Coffee leaf rust (CLR)
Coffee rust is a disease with the power to
hinder, or even wipe out, a country’s national product.
Rust was first reported in 1879 by the
English mycologist Michael Joseph Berkeley and his colleague Christopher Edmund
Broome. Berkeley and Broome named the fungus Hemileia vastatrix, Hemileia
referring to the half smooth characteristic of the spores and vastatrix for the
devastating nature of the disease. They received their specimens from Sri Lanka
where the disease was already causing enormous damage to productivity.
Many coffee estates in Sri Lanka were
forced to collapse or convert their crops to alternatives, such as tea. By 1890
the coffee industry in Sri Lanka was nearly destroyed. Sri Lanka switched to
tea production as a consequence of the disease, historians have since suggested
this is one of the reason why Britons have come to prefer tea.
As of 1990, coffee rust had become endemic
in all major coffee-producing countries, so what is the answer? Well in Timor
in 1927 a naturally occurring hybrid of arabica and robusta was found. Its
crucial feature: unlike normal robusta, is it can be bred again with arabica
varieties, which means that it can transmit its rust resistance to them. To
note, coffee rust attacks Arabica coffee, but not the Robusta.

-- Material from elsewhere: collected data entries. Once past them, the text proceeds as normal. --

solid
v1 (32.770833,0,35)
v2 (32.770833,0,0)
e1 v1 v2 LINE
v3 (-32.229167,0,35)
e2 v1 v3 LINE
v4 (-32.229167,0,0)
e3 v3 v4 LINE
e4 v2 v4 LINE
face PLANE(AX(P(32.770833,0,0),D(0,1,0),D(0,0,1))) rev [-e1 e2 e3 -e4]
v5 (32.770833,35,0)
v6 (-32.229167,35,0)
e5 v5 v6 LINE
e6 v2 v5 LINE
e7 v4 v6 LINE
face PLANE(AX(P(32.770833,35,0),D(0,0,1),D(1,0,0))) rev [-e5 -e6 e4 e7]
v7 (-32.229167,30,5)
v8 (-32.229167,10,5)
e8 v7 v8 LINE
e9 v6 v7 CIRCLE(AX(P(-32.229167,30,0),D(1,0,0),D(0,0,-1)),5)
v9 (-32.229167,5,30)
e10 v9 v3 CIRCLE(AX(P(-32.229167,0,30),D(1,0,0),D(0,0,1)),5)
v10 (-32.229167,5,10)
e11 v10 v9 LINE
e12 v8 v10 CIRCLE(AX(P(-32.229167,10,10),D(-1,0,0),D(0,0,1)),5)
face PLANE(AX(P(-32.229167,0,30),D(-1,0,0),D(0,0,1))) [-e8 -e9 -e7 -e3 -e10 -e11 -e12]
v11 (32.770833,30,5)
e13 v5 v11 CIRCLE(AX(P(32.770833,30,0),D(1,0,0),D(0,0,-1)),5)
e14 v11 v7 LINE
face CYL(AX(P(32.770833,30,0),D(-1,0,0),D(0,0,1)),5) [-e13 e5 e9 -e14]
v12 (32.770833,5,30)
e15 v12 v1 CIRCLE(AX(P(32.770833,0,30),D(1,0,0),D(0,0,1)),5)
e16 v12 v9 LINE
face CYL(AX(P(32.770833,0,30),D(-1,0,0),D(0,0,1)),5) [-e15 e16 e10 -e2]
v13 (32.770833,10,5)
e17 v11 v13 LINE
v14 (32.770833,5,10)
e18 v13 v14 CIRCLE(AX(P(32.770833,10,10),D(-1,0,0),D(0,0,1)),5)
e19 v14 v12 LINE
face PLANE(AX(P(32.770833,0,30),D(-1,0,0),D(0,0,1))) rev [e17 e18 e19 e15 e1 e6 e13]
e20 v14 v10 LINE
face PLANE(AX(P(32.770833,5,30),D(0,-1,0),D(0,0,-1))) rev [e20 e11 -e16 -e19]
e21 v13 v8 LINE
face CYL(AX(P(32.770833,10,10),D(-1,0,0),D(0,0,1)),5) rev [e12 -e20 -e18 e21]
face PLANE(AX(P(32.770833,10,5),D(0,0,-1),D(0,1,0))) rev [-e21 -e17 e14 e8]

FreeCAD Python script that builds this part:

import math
import FreeCAD as App
import Part
import Sketcher

V = App.Vector
Q = App.Units.Quantity

doc = App.newDocument("Part")
params = doc.addObject("Spreadsheet::Sheet", "Params")
for row, (alias, value) in enumerate([
    ("sketch1_radius", "5 mm"),
    ("sketch1_width", "35 mm"),
    ("pad1_length", "65 mm"),
], start=1):
    params.set(f"A{row}", alias)
    params.set(f"B{row}", "=" + value)
    params.setAlias(f"B{row}", alias)

body = doc.addObject("PartDesign::Body", "Body")

# Sketch on YZ plane
sketch1 = doc.addObject("Sketcher::SketchObject", "Sketch")
body.addObject(sketch1)
sketch1.AttachmentSupport = (doc.YZ_Plane, [""])
sketch1.MapMode = "FlatFace"
sketch1.AttachmentOffset = App.Placement(V(0, 0, -32.229167), App.Rotation())
sketch1.addGeometry([
    Part.LineSegment(V(0, 35, 0), V(0, 0, 0)),  # 0
    Part.LineSegment(V(0, 0, 0), V(35, 0, 0)),  # 1
    Part.ArcOfCircle(Part.Circle(V(30, 0, 0), V(0, 0, 1), 5), math.radians(0), math.radians(90)),  # 2
    Part.LineSegment(V(30, 5, 0), V(10, 5, 0)),  # 3
    Part.ArcOfCircle(Part.Circle(V(10, 10, 0), V(0, 0, 1), 5), math.radians(180), math.radians(270)),  # 4
    Part.LineSegment(V(5, 10, 0), V(5, 30, 0)),  # 5
    Part.ArcOfCircle(Part.Circle(V(0, 30, 0), V(0, 0, 1), 5), math.radians(0), math.radians(90)),  # 6
], False)
sketch1.addConstraint([
    Sketcher.Constraint("Coincident", 0, 2, 1, 1),
    Sketcher.Constraint("Coincident", 1, 2, 2, 1),
    Sketcher.Constraint("Tangent", 2, 2, 3, 1),
    Sketcher.Constraint("Tangent", 3, 2, 4, 2),
    Sketcher.Constraint("Tangent", 4, 1, 5, 1),
    Sketcher.Constraint("Tangent", 5, 2, 6, 1),
    Sketcher.Constraint("Coincident", 6, 2, 0, 1),
    Sketcher.Constraint("Vertical", 0),
    Sketcher.Constraint("Horizontal", 1),
    Sketcher.Constraint("Horizontal", 3),
    Sketcher.Constraint("Vertical", 5),
    Sketcher.Constraint("Coincident", 0, 2, -1, 1),
    Sketcher.Constraint("Equal", 2, 4),
    Sketcher.Constraint("Equal", 4, 6),
    Sketcher.Constraint("PointOnObject", 2, 3, -1),
    Sketcher.Constraint("PointOnObject", 6, 3, -2),
    Sketcher.Constraint("Equal", 1, 0),
    Sketcher.Constraint("Radius", 2, Q("5 mm")),
    Sketcher.Constraint("DistanceX", 1, 1, 1, 2, Q("35 mm")),
])
sketch1.setExpression("Constraints[17]", "Params.sketch1_radius")
sketch1.setExpression("Constraints[18]", "Params.sketch1_width")
pad1 = doc.addObject("PartDesign::Pad", "Pad")
body.addObject(pad1)
pad1.Profile = sketch1
pad1.setExpression("Length", "Params.pad1_length")

doc.recompute()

By 1980, the first hybrid of Caturra – the
dominant variety grown in the country was good enough to be accepted by growers
and buyers – the Timor hybrid was called Colombia. However some years later the
fungus as expected evolved, therefore Caturra maintains only a partial
resistance, so the need for continued development.
Cenicafe of Columbia has developed other
varieties. In 2005, they released a new seed, called Castillo after Jaime
Castillo Zapata, the lead scientist behind the development of Colombia.
By increasing the gene pool, coffee
scientists also aim at protecting the crops from other risks. By reducing
genetic diversity, you have less resistance to climate, pests and diseases.
In some quarters it is believed Castillo is
not a matter of luxury, it is a matter of necessity.